Opinion as to optimal therapy in specific situations differs considerably between institutions and countries, and the following treatment regimes are recommended in the absence of conclusive evidence:
• In septic shock, profound vasodilation causes hypotension despite a high CO. An increasing body of evidence supports the initial use of noradrenaline (norepinephrine) (± adrenaline (epinephrine)), which are primarily alpha-vasoconstrictors and act mainly to maintain BP and organ perfusion (without significantly reducing CO). However, prolonged sepsis may eventually impair cardiac contractility, requiring the addition of a beta-1 inotropic agent to maintain CO (e.g. dobutamine).
• In myocardial ischemia, the beta-1 properties of dobutamine increase cardiac contractility without increasing myocardial oxygen consumption, an important property in patients with myocardial ischemia. In addition, the beta-2 vasodilator properties reduce ‘afterload’ and increase CO, although, occasionally, this necessitates the use of small doses of noradrenaline (norepinephrine) to offset beta-2-mediated hypotensive effects.
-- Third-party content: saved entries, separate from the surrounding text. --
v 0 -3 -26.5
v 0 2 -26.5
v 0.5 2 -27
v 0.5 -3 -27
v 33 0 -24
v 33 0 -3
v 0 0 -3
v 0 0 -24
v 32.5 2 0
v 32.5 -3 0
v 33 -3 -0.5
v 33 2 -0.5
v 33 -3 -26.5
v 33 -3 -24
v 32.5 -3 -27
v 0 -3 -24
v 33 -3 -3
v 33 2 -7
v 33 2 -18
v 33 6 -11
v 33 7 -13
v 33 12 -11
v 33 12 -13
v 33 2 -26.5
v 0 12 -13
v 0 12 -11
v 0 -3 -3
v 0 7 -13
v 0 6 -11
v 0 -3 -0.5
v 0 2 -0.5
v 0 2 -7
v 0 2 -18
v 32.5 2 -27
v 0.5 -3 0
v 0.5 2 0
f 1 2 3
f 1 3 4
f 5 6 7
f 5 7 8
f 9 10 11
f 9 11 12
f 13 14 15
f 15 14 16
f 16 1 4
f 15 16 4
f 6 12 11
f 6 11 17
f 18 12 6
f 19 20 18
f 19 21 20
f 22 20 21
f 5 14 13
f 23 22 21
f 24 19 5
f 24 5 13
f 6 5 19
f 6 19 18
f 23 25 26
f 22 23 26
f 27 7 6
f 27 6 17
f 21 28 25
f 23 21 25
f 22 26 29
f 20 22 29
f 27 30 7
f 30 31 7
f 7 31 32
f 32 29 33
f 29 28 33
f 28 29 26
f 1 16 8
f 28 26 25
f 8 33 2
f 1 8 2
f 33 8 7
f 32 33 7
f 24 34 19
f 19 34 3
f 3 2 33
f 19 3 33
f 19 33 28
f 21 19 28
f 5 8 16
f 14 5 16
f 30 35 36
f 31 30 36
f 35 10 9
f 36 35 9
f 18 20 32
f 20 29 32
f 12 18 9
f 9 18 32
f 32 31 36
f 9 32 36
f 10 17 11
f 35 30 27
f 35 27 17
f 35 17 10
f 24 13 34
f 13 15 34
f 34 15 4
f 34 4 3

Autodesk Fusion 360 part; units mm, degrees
sketch "スケッチ1" plane through (0, 0, 0) normal (1, 0, 0) x (0, 0, -1)
  line L0 (0, 2) -> (0, 0)
  line L1 (3, 0) -> (24, 0)
  line L2 (27, 0) -> (27, 2)
  line L3 (27, 2) -> (18, 2)
  line L4 (18, 2) -> (13, 7)
  line L5 (13, 7) -> (13, 12)
  line L6 (13, 12) -> (11, 12)
  line L7 (11, 12) -> (11, 6)
  line L8 (7, 2) -> (0, 2)
  line L9 (11, 6) -> (7, 2)
  line L10 (3, 0) -> (3, -3)
  line L11 (3, -3) -> (0, -3)
  line L12 (0, -3) -> (0, 0)
  line L13 (24, 0) -> (24, -3)
  line L14 (24, -3) -> (27, -3)
  line L15 (27, -3) -> (27, 0)
  point P0 (11, 2)
  dimension "d1" = 4
  dimension "d2" = 4
  dimension "d15" = 27
  dimension "d16" = 3
  dimension "d17" = 3
  dimension "d18" = 3
  dimension "d19" = 3
extrude "押し出し1" add sketch "スケッチ1" along normal blind 33
chamfer "面取り1" distance 0.5 angle 45 1 edges at (0, -0.5, -27)
chamfer "面取り2" distance 0.5 angle 45 1 edges at (0, -0.5, 0)
chamfer "面取り3" distance 0.5 angle 45 1 edges at (33, -0.5, -27)
chamfer "面取り4" distance 0.5 angle 45 1 edges at (33, -0.5, 0)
• Cardiogenic shock. In systolic heart failure, most catecholamines (e.g. dopamine, noradrenaline (norepinephrine)) effectively support the circulation and allow the myocardium time to recover from post-ischemic stunning. Phosphodiesterase inhibitors (e.g. milrinone, enoximone) have a role for diastolic dysfunction and catecholamine resistance.
• Renal protection. Augmentation of MAP may prevent or ameliorate renal failure and this is an important use of inotropes. It can be achieved with several catecholamines (e.g. dopamine, noradrenaline). However, there is no evidence to support the use of low-concentration ‘renal dose’ dopamine to increase renal blood flow by stimulating dopaminergic receptors, and it is no longer recommended
| Vasoactive agent | Receptors (bold = main action) | Mid-range dose effects Inotrope contractility | Mid-range dose effects Chronotrope | Mid-range dose effects Vasoconstrictor |
| Inoconstrictors Adrenaline (epinephrine): Dopamine: | α, β1, β2 α, β1, β2 | ++++ +++ | +++ ++ | ++ − to ++ |
| Inodilators Dobutamine Milrinone Enoximone | (α), β1, β2 PDI/↑ cAMP PDI/↑ cAMP | +++ +++ +++ | + 0 0 | − to ± − − − |
| Vasoconstrictor noradrenaline (norepinephrine) Phenylephrine | α, β1 α, β1 | +/++ + | 0 0 | ++++ ++++ |
Other circulatory support techniques include cardiac pacemakers and ventilatory support to reduce cardiorespiratory work and pulmonary edema. Intra-aortic balloon pumps are valuable in the failing heart as a bridge to transplantation. They are sited in the descending aorta above the renal arteries. Diastolic balloon inflation enhances coronary and systemic perfusion pressures, whilst systolic deflation increases CO by reducing afterload. Complications include renal and mesenteric ischemia, infection, and aortic dissection. Other left ventricular assist devices are also being developed.